Frank Meijer: We already know how to get 70-80% of children in foster care back to their families. We know it’s possible, but most systems don’t invest to make it possible. We don’t need to build a whole new system, we need to engage in approaches that center voices with lived expertise and voices of color as we shift the system to a new mindset. At Alia we call this new way of working an “UnSystem”. Our recent Social return on investment research shows that keeping children within their extended family not only reduces trauma, but is also more cost-effective. If you’re reading this and want to learn more, visit our source page for many free resources, including studies showing how family separation causes harm and helpful case studies of successful efforts that have dramatically reduced the number of children separated from their families or living outside the home.

Mehta: Amelia, you have worked for children and families for 30 years – first from the child welfare system, and more recently as a social entrepreneur. How optimistic are you right now?

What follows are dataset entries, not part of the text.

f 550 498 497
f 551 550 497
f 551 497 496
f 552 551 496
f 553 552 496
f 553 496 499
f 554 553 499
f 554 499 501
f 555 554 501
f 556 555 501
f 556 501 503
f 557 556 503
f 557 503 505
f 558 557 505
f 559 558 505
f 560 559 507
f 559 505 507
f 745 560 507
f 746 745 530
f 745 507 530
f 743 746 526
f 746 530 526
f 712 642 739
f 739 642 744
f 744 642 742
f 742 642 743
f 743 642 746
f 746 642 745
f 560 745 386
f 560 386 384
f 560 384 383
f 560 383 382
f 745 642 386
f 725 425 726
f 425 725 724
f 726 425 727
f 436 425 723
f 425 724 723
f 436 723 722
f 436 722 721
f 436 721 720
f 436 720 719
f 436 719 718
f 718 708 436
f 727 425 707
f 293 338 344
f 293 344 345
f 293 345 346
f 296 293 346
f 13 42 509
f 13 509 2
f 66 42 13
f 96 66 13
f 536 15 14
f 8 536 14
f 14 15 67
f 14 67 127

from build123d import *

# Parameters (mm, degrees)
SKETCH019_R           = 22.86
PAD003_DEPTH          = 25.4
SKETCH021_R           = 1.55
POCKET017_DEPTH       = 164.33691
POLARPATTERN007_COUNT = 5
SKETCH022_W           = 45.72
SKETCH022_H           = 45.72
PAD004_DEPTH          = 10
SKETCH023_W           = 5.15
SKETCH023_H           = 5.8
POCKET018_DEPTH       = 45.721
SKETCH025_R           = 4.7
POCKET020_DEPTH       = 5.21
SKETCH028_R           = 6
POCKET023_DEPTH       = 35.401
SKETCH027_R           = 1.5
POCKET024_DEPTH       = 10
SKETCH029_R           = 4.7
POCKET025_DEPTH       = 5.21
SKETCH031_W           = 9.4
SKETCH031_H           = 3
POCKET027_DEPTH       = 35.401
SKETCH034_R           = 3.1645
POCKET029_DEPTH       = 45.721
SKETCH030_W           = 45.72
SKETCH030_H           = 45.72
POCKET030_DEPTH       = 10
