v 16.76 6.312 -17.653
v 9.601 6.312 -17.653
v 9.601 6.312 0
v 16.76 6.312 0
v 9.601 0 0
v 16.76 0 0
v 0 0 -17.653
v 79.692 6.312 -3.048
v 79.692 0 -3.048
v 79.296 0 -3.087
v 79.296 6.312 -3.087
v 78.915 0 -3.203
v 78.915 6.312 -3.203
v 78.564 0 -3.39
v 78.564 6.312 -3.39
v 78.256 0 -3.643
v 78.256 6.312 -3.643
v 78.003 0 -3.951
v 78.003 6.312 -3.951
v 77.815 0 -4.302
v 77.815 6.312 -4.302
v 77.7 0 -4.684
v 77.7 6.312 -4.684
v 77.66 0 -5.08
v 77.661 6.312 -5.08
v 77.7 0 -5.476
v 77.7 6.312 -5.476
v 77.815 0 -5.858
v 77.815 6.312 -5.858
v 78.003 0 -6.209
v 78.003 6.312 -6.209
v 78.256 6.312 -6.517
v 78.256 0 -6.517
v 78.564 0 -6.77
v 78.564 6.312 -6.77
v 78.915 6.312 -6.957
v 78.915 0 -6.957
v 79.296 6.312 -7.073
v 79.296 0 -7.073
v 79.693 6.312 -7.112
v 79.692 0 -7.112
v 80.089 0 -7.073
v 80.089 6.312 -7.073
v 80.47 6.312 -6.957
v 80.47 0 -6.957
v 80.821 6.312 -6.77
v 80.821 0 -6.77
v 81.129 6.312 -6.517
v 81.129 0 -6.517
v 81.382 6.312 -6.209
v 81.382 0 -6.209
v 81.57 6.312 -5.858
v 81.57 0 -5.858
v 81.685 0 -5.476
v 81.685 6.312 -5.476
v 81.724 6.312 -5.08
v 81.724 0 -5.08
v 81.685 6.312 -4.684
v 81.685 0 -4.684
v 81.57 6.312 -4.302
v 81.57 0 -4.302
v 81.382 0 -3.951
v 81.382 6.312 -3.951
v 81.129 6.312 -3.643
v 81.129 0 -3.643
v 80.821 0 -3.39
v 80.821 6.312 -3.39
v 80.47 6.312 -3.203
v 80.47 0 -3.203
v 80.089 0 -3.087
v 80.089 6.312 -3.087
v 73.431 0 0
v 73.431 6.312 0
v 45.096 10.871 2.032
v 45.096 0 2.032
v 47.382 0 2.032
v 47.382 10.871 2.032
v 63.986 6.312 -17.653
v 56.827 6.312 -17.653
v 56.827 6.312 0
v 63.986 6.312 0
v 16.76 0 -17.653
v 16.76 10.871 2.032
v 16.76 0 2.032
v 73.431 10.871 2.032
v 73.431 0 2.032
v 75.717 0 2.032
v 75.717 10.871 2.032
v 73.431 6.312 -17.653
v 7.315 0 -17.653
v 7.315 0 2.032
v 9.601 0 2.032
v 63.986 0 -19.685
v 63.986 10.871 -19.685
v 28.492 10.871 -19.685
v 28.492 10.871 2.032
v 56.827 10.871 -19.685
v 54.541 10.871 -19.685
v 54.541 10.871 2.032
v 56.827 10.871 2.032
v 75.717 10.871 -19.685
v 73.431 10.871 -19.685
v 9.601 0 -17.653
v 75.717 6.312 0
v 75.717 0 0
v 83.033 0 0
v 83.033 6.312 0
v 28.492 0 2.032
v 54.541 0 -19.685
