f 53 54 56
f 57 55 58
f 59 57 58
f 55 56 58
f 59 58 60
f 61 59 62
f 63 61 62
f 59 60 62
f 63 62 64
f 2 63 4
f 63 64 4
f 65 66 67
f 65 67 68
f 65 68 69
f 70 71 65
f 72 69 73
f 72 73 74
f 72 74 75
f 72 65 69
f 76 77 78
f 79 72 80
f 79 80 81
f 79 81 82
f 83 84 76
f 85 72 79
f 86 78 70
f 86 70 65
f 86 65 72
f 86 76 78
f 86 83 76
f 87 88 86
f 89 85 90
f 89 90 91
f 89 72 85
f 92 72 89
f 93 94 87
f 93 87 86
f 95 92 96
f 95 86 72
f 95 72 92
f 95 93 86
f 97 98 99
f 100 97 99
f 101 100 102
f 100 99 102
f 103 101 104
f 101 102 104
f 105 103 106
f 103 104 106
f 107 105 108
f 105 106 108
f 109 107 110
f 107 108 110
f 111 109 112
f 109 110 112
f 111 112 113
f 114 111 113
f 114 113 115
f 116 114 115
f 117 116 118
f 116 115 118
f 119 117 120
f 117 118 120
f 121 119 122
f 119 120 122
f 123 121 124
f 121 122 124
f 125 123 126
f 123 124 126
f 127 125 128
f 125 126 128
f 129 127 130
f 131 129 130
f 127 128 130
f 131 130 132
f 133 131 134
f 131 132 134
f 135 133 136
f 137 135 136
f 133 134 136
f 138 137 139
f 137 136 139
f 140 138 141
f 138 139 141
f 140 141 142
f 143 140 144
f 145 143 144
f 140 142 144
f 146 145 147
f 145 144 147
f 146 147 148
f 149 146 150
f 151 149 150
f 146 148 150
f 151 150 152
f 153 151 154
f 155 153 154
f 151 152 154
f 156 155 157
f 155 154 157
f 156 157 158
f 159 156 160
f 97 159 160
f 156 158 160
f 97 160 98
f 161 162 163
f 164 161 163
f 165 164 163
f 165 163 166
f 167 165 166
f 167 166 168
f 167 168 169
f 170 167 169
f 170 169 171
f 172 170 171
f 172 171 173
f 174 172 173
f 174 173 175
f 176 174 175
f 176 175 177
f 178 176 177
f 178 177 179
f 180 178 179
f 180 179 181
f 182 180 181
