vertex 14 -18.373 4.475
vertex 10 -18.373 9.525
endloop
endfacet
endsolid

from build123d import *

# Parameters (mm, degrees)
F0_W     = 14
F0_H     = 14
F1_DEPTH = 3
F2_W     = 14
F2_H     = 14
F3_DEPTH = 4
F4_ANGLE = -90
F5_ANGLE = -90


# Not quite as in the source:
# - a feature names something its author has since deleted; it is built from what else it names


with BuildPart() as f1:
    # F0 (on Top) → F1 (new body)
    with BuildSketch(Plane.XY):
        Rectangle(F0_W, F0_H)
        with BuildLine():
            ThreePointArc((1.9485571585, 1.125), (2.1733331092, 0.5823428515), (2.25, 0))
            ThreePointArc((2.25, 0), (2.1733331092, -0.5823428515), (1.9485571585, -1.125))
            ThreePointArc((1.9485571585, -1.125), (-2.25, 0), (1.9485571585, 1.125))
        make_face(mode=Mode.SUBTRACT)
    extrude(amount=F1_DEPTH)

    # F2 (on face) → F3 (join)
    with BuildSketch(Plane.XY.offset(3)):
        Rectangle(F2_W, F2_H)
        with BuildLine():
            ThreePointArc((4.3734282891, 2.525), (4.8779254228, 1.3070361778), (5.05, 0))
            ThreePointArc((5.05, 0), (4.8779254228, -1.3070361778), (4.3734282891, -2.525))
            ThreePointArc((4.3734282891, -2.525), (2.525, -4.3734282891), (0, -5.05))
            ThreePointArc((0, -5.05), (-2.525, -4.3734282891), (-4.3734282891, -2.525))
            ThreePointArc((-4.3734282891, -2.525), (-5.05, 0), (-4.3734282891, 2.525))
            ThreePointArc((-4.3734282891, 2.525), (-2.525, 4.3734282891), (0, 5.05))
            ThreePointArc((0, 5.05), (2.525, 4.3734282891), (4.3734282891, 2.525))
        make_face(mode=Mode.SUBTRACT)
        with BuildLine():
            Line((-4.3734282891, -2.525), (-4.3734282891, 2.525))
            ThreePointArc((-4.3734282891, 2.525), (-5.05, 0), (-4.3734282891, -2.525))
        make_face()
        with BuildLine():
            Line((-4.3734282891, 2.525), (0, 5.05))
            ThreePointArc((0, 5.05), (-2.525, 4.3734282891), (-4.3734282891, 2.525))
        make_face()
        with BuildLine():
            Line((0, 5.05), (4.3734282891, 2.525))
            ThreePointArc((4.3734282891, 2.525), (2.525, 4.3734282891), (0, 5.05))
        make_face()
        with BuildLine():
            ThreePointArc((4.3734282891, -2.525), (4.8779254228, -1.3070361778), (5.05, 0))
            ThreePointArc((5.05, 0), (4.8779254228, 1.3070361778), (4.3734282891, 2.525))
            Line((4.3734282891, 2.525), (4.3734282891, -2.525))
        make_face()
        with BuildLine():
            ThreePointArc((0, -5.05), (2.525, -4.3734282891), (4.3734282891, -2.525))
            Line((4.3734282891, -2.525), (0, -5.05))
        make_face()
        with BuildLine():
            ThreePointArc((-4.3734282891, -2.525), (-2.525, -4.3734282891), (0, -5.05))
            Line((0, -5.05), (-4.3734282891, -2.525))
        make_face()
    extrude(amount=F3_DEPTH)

Frank Meijer: Terribly! It wasn’t that long ago that I was regularly asked to advocate for the transformation of the child welfare system. Since then, we’ve accumulated a lot of evidence that shows the need for change for the well-being of children. In addition, our Social Return on Investment study showed that in the current foster care system, we lose, at best, up to $9.55 for every dollar we invest, resulting in billions in losses. The calls we get are, “We know it needs to change. Where do we start?” We know better, know it’s time to do better!

This interview has been shortened for length and clarity. Amelia Franck Meyer has been an Ashoka Fellow since 2015. She founded and leads Alia Innovations.